Without a consistent national system, U.S. companies face a patchwork of state and local recycling and producer responsibility laws. According to the director of sustainability at Dow, such a patchwork of state EPR laws is less desirable than "smart federal legislation," because local laws are likely to vary considerably, creating a compliance burden for producers. Just such a concern about meeting the requirements of many different laws led auto manufacturers to agree with the Obama administration on a national vehicle fleet average of 54.5 mpg by 2025; industry has yet to face this in regards to recycling and producer responsibility laws.
Nestlé Waters North America said in support of EPR for packaging, that the EPR model "can better meet the needs of the American marketplace by increasing recycling rates, reducing government spending, and using private-sector efficiencies to reduce the overall cost of recycling."
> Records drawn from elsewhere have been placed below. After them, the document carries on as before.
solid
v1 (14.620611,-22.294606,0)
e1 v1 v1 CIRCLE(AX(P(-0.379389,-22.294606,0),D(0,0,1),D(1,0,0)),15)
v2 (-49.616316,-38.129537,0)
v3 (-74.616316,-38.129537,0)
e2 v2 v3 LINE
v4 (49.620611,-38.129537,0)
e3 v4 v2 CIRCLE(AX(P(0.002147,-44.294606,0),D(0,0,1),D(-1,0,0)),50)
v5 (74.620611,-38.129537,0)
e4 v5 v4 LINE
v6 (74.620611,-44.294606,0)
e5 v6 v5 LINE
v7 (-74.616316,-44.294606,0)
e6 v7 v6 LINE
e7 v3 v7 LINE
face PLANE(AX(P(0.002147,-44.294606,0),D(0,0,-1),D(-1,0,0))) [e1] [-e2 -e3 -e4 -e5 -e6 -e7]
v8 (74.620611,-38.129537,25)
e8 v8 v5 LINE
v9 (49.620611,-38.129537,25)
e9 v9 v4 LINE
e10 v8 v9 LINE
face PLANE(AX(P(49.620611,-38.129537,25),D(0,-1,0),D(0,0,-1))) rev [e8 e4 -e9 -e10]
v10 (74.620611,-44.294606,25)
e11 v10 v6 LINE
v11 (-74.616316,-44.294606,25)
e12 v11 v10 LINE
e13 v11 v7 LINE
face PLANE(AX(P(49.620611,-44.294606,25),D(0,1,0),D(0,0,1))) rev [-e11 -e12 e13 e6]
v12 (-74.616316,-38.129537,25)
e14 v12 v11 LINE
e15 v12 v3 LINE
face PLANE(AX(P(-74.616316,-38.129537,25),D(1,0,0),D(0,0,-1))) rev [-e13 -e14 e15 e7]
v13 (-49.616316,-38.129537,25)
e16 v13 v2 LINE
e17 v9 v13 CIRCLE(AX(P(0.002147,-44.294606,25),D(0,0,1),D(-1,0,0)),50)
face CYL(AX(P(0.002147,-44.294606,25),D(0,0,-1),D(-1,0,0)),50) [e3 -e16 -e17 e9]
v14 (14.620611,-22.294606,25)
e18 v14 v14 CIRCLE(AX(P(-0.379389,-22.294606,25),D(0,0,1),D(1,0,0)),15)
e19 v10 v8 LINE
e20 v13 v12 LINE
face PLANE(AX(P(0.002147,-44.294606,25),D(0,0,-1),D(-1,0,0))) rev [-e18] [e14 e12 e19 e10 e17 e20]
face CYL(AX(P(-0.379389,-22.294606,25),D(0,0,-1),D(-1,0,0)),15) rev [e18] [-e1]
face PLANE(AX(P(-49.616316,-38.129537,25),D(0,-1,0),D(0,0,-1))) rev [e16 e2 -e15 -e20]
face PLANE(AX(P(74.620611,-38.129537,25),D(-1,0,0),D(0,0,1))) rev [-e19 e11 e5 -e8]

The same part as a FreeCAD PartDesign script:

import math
import FreeCAD as App
import Part
import Sketcher
from FreeCAD import Vector
Q = App.Units.Quantity

doc = App.newDocument("Part")
params = doc.addObject("Spreadsheet::Sheet", "Params")
for row, (alias, value) in enumerate([
    ("sketch1_diameter", "30 mm"),
    ("sketch1_radius", "50 mm"),
    ("sketch1_width", "25 mm"),
    ("pad1_length", "25 mm"),
], start=1):
    params.set(f"A{row}", alias)
    params.set(f"B{row}", "=" + value)
    params.setAlias(f"B{row}", alias)

body = doc.addObject("PartDesign::Body", "Body")

sketch1 = body.newObject("Sketcher::SketchObject", "Sketch")
sketch1.AttachmentSupport = (doc.getObject("XY_Plane"), [""])
sketch1.MapMode = "FlatFace"
sketch1.addGeometry([
    Part.LineSegment(Vector(75, -44, 0), Vector(75, -38, 0)),
    Part.LineSegment(Vector(75, -38, 0), Vector(50, -38, 0)),
    Part.ArcOfCircle(Part.Circle(Vector(0, -44, 0), Vector(0, 0, 1), 50), math.radians(7), math.radians(173)),
    Part.LineSegment(Vector(-50, -38, 0), Vector(-75, -38, 0)),
    Part.LineSegment(Vector(-75, -38, 0), Vector(-75, -44, 0)),
    Part.LineSegment(Vector(-75, -44, 0), Vector(75, -44, 0)),
    Part.Circle(Vector(0, -22, 0), Vector(0, 0, 1), 15),
], False)
sketch1.addConstraint([
    Sketcher.Constraint("Coincident", 0, 2, 1, 1),
    Sketcher.Constraint("Coincident", 1, 2, 2, 1),
    Sketcher.Constraint("Coincident", 2, 2, 3, 1),
    Sketcher.Constraint("Coincident", 3, 2, 4, 1),
    Sketcher.Constraint("Coincident", 4, 2, 5, 1),
    Sketcher.Constraint("Coincident", 5, 2, 0, 1),
    Sketcher.Constraint("Vertical", 0),
    Sketcher.Constraint("Horizontal", 1),
    Sketcher.Constraint("Horizontal", 3),
    Sketcher.Constraint("Vertical", 4),
    Sketcher.Constraint("Horizontal", 5),
    Sketcher.Constraint("Horizontal", 1, 2, 2, 2),
    Sketcher.Constraint("Horizontal", 2, 3, 4, 2),
    Sketcher.Constraint("Equal", 1, 3),
    Sketcher.Constraint("Diameter", 6, Q("30 mm")),
    Sketcher.Constraint("Radius", 2, Q("50 mm")),
    Sketcher.Constraint("DistanceX", 1, 2, 1, 1, Q("25 mm")),
    Sketcher.Constraint("DistanceY", 2, 3, 6, 3, Q("22 mm")),
    Sketcher.Constraint("DistanceX", 6, 3, 0, 2, Q("75 mm")),
    Sketcher.Constraint("DistanceY", 0, 1, 0, 2, Q("6.165069 mm")),
    Sketcher.Constraint("DistanceX", 6, 3, -1, 1, Q("0.379389 mm")),
    Sketcher.Constraint("DistanceY", 2, 3, -1, 1, Q("44.294606 mm")),
])
sketch1.setExpression("Constraints[14]", "Params.sketch1_diameter")
sketch1.setExpression("Constraints[15]", "Params.sketch1_radius")
sketch1.setExpression("Constraints[16]", "Params.sketch1_width")
pad1 = body.newObject("PartDesign::Pad", "Pad")
pad1.Profile = sketch1
pad1.setExpression("Length", "Params.pad1_length")

doc.recompute()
Upstream's Jamie Rhodes said voluntary programs aren't enough, because they rely on public infrastructure rather than producer responsibility. "There wouldn't be a need for these recycling systems were it not for the products that companies make, and the packaging they chose to use with it."
Professor Robert Giegengack of the University of Pennsylvania is quoted in the article saying that a society "moving toward a sustainable configuration will have to recycle products that today we consider waste, and to keep those products from contaminating other resources on which we depend... If recycling strategies can be built into the industries that today use our key resources, that's a clear example of a pathway to a future that is less unsustainable than the pathway we are on."